# Fleece or Flannel?



## YellowSpork (Jul 7, 2012)

OK so I'm going to order a small sewing machine and attempt to sew cage liners for all the levels on my Martin's cage, and ramps, plus some hammocks so I can put my old lady in the cage without worrying about her getting her feet caught anywhere or falling and hurting herself.

My question is: Is fleece or flannel better? I'm going to put cotton batting inside to help it absorb better. Does anyone know if that affects how I need to wash it?

Thanks!


----------



## cagedbirdsinging (May 28, 2012)

It doesn't particularly matter which, especially with the batting in the middle. That will be the urine absorber. It won't affect how you wash it, but be sure to wash your fabric before sewing because it will shrink! When you wash, do so with unscented detergent and NO fabric softener.

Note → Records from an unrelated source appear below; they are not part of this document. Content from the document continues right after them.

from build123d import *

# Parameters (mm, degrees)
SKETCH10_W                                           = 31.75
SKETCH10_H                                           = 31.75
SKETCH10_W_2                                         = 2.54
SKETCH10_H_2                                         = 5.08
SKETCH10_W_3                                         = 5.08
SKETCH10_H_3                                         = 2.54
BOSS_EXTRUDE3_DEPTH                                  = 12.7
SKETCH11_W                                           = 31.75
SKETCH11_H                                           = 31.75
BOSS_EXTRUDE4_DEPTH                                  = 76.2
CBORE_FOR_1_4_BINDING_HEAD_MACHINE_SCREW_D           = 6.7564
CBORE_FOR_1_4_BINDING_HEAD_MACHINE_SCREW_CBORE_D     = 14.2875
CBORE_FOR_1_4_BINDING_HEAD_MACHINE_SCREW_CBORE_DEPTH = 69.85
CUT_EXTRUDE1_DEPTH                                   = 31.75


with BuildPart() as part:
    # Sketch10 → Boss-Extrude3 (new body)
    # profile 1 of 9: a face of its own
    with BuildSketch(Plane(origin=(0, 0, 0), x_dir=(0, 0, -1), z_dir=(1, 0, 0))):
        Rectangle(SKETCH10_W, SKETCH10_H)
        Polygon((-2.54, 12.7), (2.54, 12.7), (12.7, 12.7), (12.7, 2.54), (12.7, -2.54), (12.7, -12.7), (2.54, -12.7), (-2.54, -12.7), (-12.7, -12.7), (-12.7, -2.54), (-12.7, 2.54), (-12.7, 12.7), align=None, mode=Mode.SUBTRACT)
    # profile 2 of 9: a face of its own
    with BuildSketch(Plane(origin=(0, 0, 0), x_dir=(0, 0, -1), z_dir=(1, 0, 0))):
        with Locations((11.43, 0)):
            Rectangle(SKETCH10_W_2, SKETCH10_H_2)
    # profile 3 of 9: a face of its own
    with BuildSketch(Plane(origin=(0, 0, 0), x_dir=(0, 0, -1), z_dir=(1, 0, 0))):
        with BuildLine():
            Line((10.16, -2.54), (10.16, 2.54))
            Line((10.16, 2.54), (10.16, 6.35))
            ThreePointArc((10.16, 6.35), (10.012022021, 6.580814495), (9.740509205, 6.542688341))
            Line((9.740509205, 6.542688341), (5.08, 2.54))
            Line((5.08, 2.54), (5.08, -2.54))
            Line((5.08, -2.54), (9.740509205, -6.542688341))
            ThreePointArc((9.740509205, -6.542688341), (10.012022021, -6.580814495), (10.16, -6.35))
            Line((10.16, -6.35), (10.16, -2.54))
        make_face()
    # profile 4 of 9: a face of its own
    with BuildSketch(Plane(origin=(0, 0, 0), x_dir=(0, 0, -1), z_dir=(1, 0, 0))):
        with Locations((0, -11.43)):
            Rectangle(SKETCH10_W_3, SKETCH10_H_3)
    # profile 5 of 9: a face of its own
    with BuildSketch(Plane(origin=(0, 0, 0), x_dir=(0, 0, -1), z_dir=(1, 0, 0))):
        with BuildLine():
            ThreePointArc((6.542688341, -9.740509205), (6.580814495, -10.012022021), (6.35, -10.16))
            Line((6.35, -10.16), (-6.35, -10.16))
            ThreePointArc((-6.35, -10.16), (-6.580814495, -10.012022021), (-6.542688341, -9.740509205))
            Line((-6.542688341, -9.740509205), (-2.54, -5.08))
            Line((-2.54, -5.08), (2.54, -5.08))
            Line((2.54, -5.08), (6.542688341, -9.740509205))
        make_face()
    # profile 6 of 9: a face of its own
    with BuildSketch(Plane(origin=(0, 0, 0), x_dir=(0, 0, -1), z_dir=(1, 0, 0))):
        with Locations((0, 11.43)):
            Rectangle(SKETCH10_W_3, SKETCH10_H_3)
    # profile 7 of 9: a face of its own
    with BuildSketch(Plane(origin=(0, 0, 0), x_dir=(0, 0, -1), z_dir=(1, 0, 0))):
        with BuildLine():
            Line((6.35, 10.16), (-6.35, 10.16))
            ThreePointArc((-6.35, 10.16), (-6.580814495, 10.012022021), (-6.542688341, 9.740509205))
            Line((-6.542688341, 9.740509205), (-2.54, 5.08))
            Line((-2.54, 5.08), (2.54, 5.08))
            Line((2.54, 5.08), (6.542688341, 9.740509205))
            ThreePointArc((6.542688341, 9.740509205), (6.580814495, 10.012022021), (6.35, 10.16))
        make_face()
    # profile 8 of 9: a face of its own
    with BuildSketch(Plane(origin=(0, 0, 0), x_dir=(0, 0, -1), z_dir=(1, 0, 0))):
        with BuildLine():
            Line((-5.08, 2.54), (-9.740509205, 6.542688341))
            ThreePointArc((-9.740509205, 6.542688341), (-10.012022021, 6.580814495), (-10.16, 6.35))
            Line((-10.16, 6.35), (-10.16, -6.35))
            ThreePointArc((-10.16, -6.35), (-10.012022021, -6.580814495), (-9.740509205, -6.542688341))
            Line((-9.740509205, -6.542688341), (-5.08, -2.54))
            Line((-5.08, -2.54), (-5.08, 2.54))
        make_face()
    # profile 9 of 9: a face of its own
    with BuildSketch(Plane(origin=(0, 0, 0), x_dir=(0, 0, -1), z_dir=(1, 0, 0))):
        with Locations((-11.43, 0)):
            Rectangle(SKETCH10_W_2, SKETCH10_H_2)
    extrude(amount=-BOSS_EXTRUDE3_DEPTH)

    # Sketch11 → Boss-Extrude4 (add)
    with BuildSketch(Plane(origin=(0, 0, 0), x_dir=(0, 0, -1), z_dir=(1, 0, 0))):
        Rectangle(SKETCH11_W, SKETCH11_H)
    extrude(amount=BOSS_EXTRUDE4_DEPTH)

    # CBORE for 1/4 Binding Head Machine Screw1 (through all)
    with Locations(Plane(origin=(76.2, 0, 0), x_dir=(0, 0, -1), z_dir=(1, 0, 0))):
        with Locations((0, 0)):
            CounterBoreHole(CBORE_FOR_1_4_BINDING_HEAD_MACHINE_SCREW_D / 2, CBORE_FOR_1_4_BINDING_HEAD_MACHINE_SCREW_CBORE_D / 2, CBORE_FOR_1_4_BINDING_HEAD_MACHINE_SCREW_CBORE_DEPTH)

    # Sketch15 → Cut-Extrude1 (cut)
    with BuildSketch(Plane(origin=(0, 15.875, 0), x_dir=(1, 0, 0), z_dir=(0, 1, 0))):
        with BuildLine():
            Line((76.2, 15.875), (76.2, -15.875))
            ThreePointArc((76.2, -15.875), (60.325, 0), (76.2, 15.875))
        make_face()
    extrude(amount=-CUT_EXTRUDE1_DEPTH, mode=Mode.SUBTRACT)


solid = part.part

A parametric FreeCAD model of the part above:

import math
import FreeCAD as App
import Part
import Sketcher

V = App.Vector
Q = App.Units.Quantity


def add_polygon(sketch, points):
    """Adds a closed chain of lines whose ends are joined by coincident constraints."""
    first, n = sketch.GeometryCount, len(points)
    for a, b in zip(points, points[1:] + points[:1]):
        sketch.addGeometry(Part.LineSegment(App.Vector(*a, 0), App.Vector(*b, 0)), False)
    for i in range(n):
        sketch.addConstraint(Sketcher.Constraint("Coincident", first + i, 2, first + (i + 1) % n, 1))

doc = App.newDocument("Part")
body = doc.addObject("PartDesign::Body", "Body")

# Sketch on YZ plane
sketch1 = body.newObject("Sketcher::SketchObject", "Sketch")
sketch1.AttachmentSupport = (doc.getObject("YZ_Plane"), [""])
sketch1.MapMode = "FlatFace"
add_polygon(sketch1, [(15.875, 15.875), (-15.875, 15.875), (-15.875, -15.875), (15.875, -15.875)])  # lines 0-3
sketch1.addGeometry(Part.LineSegment(V(12.7, 12.7, 0), V(12.7, 2.54, 0)), False)  # 4
sketch1.addGeometry(Part.LineSegment(V(12.7, 2.54, 0), V(10.16, 2.54, 0)), False)  # 5
sketch1.addGeometry(Part.LineSegment(V(10.16, 2.54, 0), V(10.16, 6.35, 0)), False)  # 6
sketch1.addGeometry(Part.ArcOfCircle(Part.Circle(V(9.906, 6.35, 0), V(0, 0, 1), 0.254), math.radians(0), math.radians(130.657704)), False)  # 7
sketch1.addGeometry(Part.LineSegment(V(9.740509, 6.542688, 0), V(5.08, 2.54, 0)), False)  # 8
sketch1.addGeometry(Part.LineSegment(V(5.08, 2.54, 0), V(5.08, -2.54, 0)), False)  # 9
sketch1.addGeometry(Part.LineSegment(V(5.08, -2.54, 0), V(9.740509, -6.542688, 0)), False)  # 10
sketch1.addGeometry(Part.ArcOfCircle(Part.Circle(V(9.906, -6.35, 0), V(0, 0, 1), 0.254), math.radians(-130.657704), math.radians(0)), False)  # 11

I go with whatever pattern/color I like and whatever is on sale, so I have a mixture of fleece and flannel liners. If you want, you can even use fleece or flannel as the bottom layer and choose just a regular fabric for the top layer if there is any specific pattern you like. The key is just the batting in the middle to absorb the urine.

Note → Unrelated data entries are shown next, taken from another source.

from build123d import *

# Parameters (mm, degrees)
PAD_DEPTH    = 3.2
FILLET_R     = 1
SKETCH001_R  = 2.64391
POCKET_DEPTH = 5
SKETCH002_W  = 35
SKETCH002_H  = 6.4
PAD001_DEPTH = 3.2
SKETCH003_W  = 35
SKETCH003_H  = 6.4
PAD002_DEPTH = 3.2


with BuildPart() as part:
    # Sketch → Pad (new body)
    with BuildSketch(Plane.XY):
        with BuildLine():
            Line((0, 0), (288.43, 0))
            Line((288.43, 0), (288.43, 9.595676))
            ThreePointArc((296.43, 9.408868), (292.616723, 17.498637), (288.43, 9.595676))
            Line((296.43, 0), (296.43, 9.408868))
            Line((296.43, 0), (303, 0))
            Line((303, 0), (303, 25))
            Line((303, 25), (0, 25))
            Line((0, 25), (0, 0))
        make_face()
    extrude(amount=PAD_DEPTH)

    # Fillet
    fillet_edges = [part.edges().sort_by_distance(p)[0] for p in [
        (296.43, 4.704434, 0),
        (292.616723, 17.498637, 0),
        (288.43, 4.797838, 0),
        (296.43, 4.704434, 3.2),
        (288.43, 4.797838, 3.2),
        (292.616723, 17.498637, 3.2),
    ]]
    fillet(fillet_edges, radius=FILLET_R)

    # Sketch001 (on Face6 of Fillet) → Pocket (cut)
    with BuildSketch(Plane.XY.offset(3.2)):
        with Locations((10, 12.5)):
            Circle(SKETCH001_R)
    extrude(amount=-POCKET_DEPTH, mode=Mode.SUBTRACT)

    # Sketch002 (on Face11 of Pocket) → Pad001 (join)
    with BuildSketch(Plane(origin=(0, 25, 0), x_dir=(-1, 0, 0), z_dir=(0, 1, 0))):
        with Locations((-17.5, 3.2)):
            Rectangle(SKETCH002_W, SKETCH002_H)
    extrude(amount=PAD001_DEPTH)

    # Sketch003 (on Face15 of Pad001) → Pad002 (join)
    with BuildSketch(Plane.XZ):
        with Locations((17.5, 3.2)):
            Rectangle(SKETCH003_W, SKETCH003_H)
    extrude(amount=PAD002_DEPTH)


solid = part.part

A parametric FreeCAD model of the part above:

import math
import FreeCAD as App
import Part
import Sketcher
from FreeCAD import Vector


def edges_at(feature, points):
    """Names of the edges that pass closest to the given points."""
    edges = feature.Shape.Edges
    near = lambda p: min(range(len(edges)), key=lambda i: edges[i].distToShape(Part.Vertex(*p))[0])
    return sorted({f"Edge{near(p) + 1}" for p in points})


def add_polygon(sketch, points):
    """Adds a closed chain of lines whose ends are joined by coincident constraints."""
    first, n = sketch.GeometryCount, len(points)
    for a, b in zip(points, points[1:] + points[:1]):
        sketch.addGeometry(Part.LineSegment(App.Vector(*a, 0), App.Vector(*b, 0)), False)
    for i in range(n):
        sketch.addConstraint(Sketcher.Constraint("Coincident", first + i, 2, first + (i + 1) % n, 1))

doc = App.newDocument("Part")
body = doc.addObject("PartDesign::Body", "Body")

sketch1 = doc.addObject("Sketcher::SketchObject", "Sketch")
body.addObject(sketch1)
sketch1.AttachmentSupport = (doc.XY_Plane, [""])
sketch1.MapMode = "FlatFace"
sketch1.addGeometry(Part.LineSegment(Vector(0, 0, 0), Vector(288.4, 0, 0)), False)
sketch1.addGeometry(Part.LineSegment(Vector(288.4, 0, 0), Vector(288.4, 9.6, 0)), False)
sketch1.addGeometry(Part.ArcOfCircle(Part.Circle(Vector(292.5, 12.5, 0), Vector(0, 0, 1), 5), math.radians(-38), math.radians(216)), False)
sketch1.addGeometry(Part.LineSegment(Vector(296.4, 9.4, 0), Vector(296.4, 0, 0)), False)
sketch1.addGeometry(Part.LineSegment(Vector(296.4, 0, 0), Vector(303, 0, 0)), False)
sketch1.addGeometry(Part.LineSegment(Vector(303, 0, 0), Vector(303, 25, 0)), False)
sketch1.addGeometry(Part.LineSegment(Vector(303, 25, 0), Vector(0, 25, 0)), False)
sketch1.addGeometry(Part.LineSegment(Vector(0, 25, 0), Vector(0, 0, 0)), False)
sketch1.addConstraint(Sketcher.Constraint("Coincident", 0, 2, 1, 1))
sketch1.addConstraint(Sketcher.Constraint("Coincident", 1, 2, 2, 2))
sketch1.addConstraint(Sketcher.Constraint("Coincident", 2, 1, 3, 1))
sketch1.addConstraint(Sketcher.Constraint("Coincident", 3, 2, 4, 1))
sketch1.addConstraint(Sketcher.Constraint("Coincident", 4, 2, 5, 1))
sketch1.addConstraint(Sketcher.Constraint("Coincident", 5, 2, 6, 1))
sketch1.addConstraint(Sketcher.Constraint("Coincident", 6, 2, 7, 1))
sketch1.addConstraint(Sketcher.Constraint("Coincident", 7, 2, 0, 1))
sketch1.addConstraint(Sketcher.Constraint("Horizontal", 0))
sketch1.addConstraint(Sketcher.Constraint("Vertical", 1))
sketch1.addConstraint(Sketcher.Constraint("Vertical", 3))
sketch1.addConstraint(Sketcher.Constraint("Horizontal", 4))
sketch1.addConstraint(Sketcher.Constraint("Vertical", 5))
sketch1.addConstraint(Sketcher.Constraint("Horizontal", 6))
sketch1.addConstraint(Sketcher.Constraint("Vertical", 7))
sketch1.addConstraint(Sketcher.Constraint("Coincident", 7, 2, -1, 1))
sketch1.addConstraint(Sketcher.Constraint("PointOnObject", 3, 2, -1))
sketch1.addConstraint(Sketcher.Constraint("Radius", 2, 5.0))
sketch1.addConstraint(Sketcher.Constraint("DistanceX", 6, 2, 6, 1, 303.0))
sketch1.addConstraint(Sketcher.Constraint("DistanceY", 5, 1, 5, 2, 25.0))
sketch1.addConstraint(Sketcher.Constraint("DistanceX", 1, 2, 2, 1, 8.0))
sketch1.addConstraint(Sketcher.Constraint("DistanceX", 0, 1, 0, 2, 288.43))
sketch1.addConstraint(Sketcher.Constraint("DistanceX", -1, 1, 2, 3, 292.5))
sketch1.addConstraint(Sketcher.Constraint("DistanceY", -1, 1, 2, 3, 12.5))
pad1 = doc.addObject("PartDesign::Pad", "Pad")
body.addObject(pad1)
pad1.Profile = sketch1
pad1.Length = 3.2
doc.recompute()

fillet = doc.addObject("PartDesign::Fillet", "Fillet")
body.addObject(fillet)
fillet.Base = (pad1, edges_at(pad1, [
    (296.43, 4.704, 0),
    (292.617, 17.499, 0),
    (288.43, 4.798, 0),
    (296.43, 4.704, 3.2),
    (288.43, 4.798, 3.2),
    (292.617, 17.499, 3.2),
]))
fillet.Radius = 1

sketch2 = doc.addObject("Sketcher::SketchObject", "Sketch001")
body.addObject(sketch2)
sketch2.AttachmentSupport = (doc.XY_Plane, [""])
sketch2.MapMode = "FlatFace"
sketch2.AttachmentOffset = App.Placement(Vector(0, 0, 3.2), App.Rotation())
sketch2.addGeometry(Part.Circle(Vector(10, 12.5, 0), Vector(0, 0, 1), 2.6), False)
sketch2.addConstraint(Sketcher.Constraint("DistanceX", -1, 1, 0, 3, 10.0))
sketch2.addConstraint(Sketcher.Constraint("DistanceY", -1, 1, 0, 3, 12.5))
sketch2.addConstraint(Sketcher.Constraint("Diameter", 0, 5.28782))
pocket1 = doc.addObject("PartDesign::Pocket", "Pocket")
body.addObject(pocket1)
pocket1.Profile = sketch2
pocket1.Length = 5

sketch3 = doc.addObject("Sketcher::SketchObject", "Sketch002")
body.addObject(sketch3)
sketch3.AttachmentSupport = (doc.XZ_Plane, [""])
sketch3.MapMode = "FlatFace"
sketch3.AttachmentOffset = App.Placement(Vector(0, 0, -25), App.Rotation())
add_polygon(sketch3, [(35, 6), (35, 0), (0, 0), (0, 6)])
sketch3.addConstraint(Sketcher.Constraint("Vertical", 0))
sketch3.addConstraint(Sketcher.Constraint("Horizontal", 1))
sketch3.addConstraint(Sketcher.Constraint("Vertical", 2))
sketch3.addConstraint(Sketcher.Constraint("Horizontal", 3))
sketch3.addConstraint(Sketcher.Constraint("Coincident", 1, 2, -1, 1))
sketch3.addConstraint(Sketcher.Constraint("DistanceX", 1, 2, 1, 1, 35.0))
sketch3.addConstraint(Sketcher.Constraint("DistanceY", 0, 2, 0, 1, 6.4))
pad2 = doc.addObject("PartDesign::Pad", "Pad001")
body.addObject(pad2)
pad2.Profile = sketch3
pad2.Length = 3.2
pad2.Reversed = True

sketch4 = doc.addObject("Sketcher::SketchObject", "Sketch003")
body.addObject(sketch4)
sketch4.AttachmentSupport = (doc.XZ_Plane, [""])
sketch4.MapMode = "FlatFace"
add_polygon(sketch4, [(0, 6), (0, 0), (35, 0), (35, 6)])
sketch4.addConstraint(Sketcher.Constraint("Vertical", 0))
sketch4.addConstraint(Sketcher.Constraint("Horizontal", 1))
sketch4.addConstraint(Sketcher.Constraint("Vertical", 2))
sketch4.addConstraint(Sketcher.Constraint("Horizontal", 3))
sketch4.addConstraint(Sketcher.Constraint("Coincident", 0, 2, -1, 1))
sketch4.addConstraint(Sketcher.Constraint("DistanceX", 1, 1, 1, 2, 35.0))
sketch4.addConstraint(Sketcher.Constraint("DistanceY", 0, 2, 0, 1, 6.4))
pad3 = doc.addObject("PartDesign::Pad", "Pad002")
body.addObject(pad3)
pad3.Profile = sketch4
pad3.Length = 3.2

doc.recompute()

Any entry-level sewing machine will do. They are super easy to make. I made a template out of cardboard for each level to measure the fabric out. Don't forget to add a seam allowance before you cut, though.


----------



## YellowSpork (Jul 7, 2012)

Yeah I've made a few things for my rats by hand (like a super cute fleece carrier so Izzie can come around the house with me I just finished today :3) but it takes soooooo long! So I figured I might as well just get a cheap-ish little sewing machine. Also because I have no idea what I'm doing with batting, so that will be interesting.  Figured it'd matter less if I made a mistake with a sewing machine since I wouldn't spend as much time on it. lol.

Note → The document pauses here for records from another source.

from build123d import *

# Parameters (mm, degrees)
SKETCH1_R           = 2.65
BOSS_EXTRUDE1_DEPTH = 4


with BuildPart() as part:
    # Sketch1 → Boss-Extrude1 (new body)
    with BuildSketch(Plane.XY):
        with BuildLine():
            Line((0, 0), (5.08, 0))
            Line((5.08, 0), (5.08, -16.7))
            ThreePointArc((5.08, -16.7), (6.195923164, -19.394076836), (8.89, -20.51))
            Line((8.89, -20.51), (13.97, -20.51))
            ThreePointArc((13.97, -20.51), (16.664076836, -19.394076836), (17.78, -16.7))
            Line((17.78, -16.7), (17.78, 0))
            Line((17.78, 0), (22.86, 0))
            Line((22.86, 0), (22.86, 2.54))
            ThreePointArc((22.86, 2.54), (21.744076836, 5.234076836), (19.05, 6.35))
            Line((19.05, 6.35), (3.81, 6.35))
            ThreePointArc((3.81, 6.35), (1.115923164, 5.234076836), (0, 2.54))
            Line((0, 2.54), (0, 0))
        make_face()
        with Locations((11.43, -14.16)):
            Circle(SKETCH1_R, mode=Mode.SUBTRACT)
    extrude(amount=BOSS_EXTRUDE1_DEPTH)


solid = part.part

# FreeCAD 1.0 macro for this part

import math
import FreeCAD as App
import Part
import Sketcher
from FreeCAD import Vector
Q = App.Units.Quantity

doc = App.newDocument("Part")
body = doc.addObject("PartDesign::Body", "Body")

# Sketch on XY plane
sketch1 = body.newObject("Sketcher::SketchObject", "Sketch")
sketch1.AttachmentSupport = (doc.getObject("XY_Plane"), [""])
sketch1.MapMode = "FlatFace"
sketch1.addGeometry([
    Part.LineSegment(Vector(0, 0, 0), Vector(5.08, 0, 0)),  # 0
    Part.LineSegment(Vector(5.08, 0, 0), Vector(5.08, -16.7, 0)),  # 1
    Part.ArcOfCircle(Part.Circle(Vector(8.89, -16.7, 0), Vector(0, 0, 1), 3.81), math.radians(-180), math.radians(-90)),  # 2
    Part.LineSegment(Vector(8.89, -20.51, 0), Vector(13.97, -20.51, 0)),  # 3
    Part.ArcOfCircle(Part.Circle(Vector(13.97, -16.7, 0), Vector(0, 0, 1), 3.81), math.radians(-90), math.radians(0)),  # 4
    Part.LineSegment(Vector(17.78, -16.7, 0), Vector(17.78, 0, 0)),  # 5
    Part.LineSegment(Vector(17.78, 0, 0), Vector(22.86, 0, 0)),  # 6
    Part.LineSegment(Vector(22.86, 0, 0), Vector(22.86, 2.54, 0)),  # 7
    Part.ArcOfCircle(Part.Circle(Vector(19.05, 2.54, 0), Vector(0, 0, 1), 3.81), math.radians(0), math.radians(90)),  # 8
    Part.LineSegment(Vector(19.05, 6.35, 0), Vector(3.81, 6.35, 0)),  # 9
    Part.ArcOfCircle(Part.Circle(Vector(3.81, 2.54, 0), Vector(0, 0, 1), 3.81), math.radians(90), math.radians(180)),  # 10
    Part.LineSegment(Vector(0, 2.54, 0), Vector(0, 0, 0)),  # 11
    Part.Circle(Vector(11.43, -14.16, 0), Vector(0, 0, 1), 2.65),  # 12
], False)
sketch1.addConstraint([
    Sketcher.Constraint("Coincident", 0, 2, 1, 1),
    Sketcher.Constraint("Tangent", 1, 2, 2, 1),
    Sketcher.Constraint("Tangent", 2, 2, 3, 1),
    Sketcher.Constraint("Tangent", 3, 2, 4, 1),
    Sketcher.Constraint("Tangent", 4, 2, 5, 1),
    Sketcher.Constraint("Coincident", 5, 2, 6, 1),
    Sketcher.Constraint("Coincident", 6, 2, 7, 1),
    Sketcher.Constraint("Tangent", 7, 2, 8, 1),
    Sketcher.Constraint("Tangent", 8, 2, 9, 1),
    Sketcher.Constraint("Tangent", 9, 2, 10, 1),
    Sketcher.Constraint("Tangent", 10, 2, 11, 1),
    Sketcher.Constraint("Coincident", 11, 2, 0, 1),
    Sketcher.Constraint("Horizontal", 0),
    Sketcher.Constraint("Vertical", 1),
    Sketcher.Constraint("Horizontal", 3),
    Sketcher.Constraint("Vertical", 5),
    Sketcher.Constraint("Horizontal", 6),
    Sketcher.Constraint("Vertical", 7),
    Sketcher.Constraint("Horizontal", 9),
    Sketcher.Constraint("Vertical", 11),
    Sketcher.Constraint("Coincident", 11, 2, -1, 1),
    Sketcher.Constraint("Equal", 2, 4),
    Sketcher.Constraint("Equal", 4, 8),
    Sketcher.Constraint("Equal", 8, 10),
    Sketcher.Constraint("PointOnObject", 5, 2, -1),
    Sketcher.Constraint("Equal", 0, 3),
    Sketcher.Constraint("Equal", 3, 6),
    Sketcher.Constraint("Radius", 2, Q("0.15 in")),
    Sketcher.Constraint("DistanceX", 0, 1, 0, 2, Q("0.2 in")),
    Sketcher.Constraint("DistanceY", 7, 1, 7, 2, Q("0.1 in")),
    Sketcher.Constraint("DistanceX", 2, 3, 12, 3, Q("0.1 in")),
    Sketcher.Constraint("DistanceY", 2, 3, 12, 3, Q("0.1 in")),
    Sketcher.Constraint("Diameter", 12, Q("5.3 mm")),
    Sketcher.Constraint("DistanceY", 1, 2, 1, 1, Q("16.7 mm")),
])
pad1 = body.newObject("PartDesign::Pad", "Pad")
pad1.Profile = sketch1
pad1.Length = 4

doc.recompute()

Also, how do you keep your cage liners on? I was thinking about just sewing ribbon ties to the corners but I'm not sure if there's a better way to do it.


----------



## cagedbirdsinging (May 28, 2012)

I don't fasten them with anything. The boys will rearrange the liners once in a while, but I change them too often for them to get bored and feel the need to redecorate, really. Some people swear on binder clips, other on safety pins. You can try ribbons in the corners if you'd like. It's all personal preference.

Assuming that you got the flat rolls of batting, you just cut that right along with your fabric, the same size cuts and everything. Put all of the right sides in, sew around the edges, and flip it inside out. Then stitch a border (top stitch) all around that. Basically, just think of the batting as another layer of fabric. It's easy-peasy!

The machine will make your life SO much easier! I love to hand-sew, mainly because I embroider for fun, but liners are a lot of work and the machine just makes them zip by. It's nice to have a big stack of liners so that you can change them every or every other day and keep the cage from stinking!


----------



## Jaguar (Nov 15, 2009)

The thing with flannel is that it frays. Fleece doesn't. So if you've got chewers, fleece would probably be best. Fleece doesn't absorb urine very well, but the cotton batting should do a good enough job of that. The only issue with fleece-batting-fleece is that some sewing machines might not be properly equipped to sew something that thick.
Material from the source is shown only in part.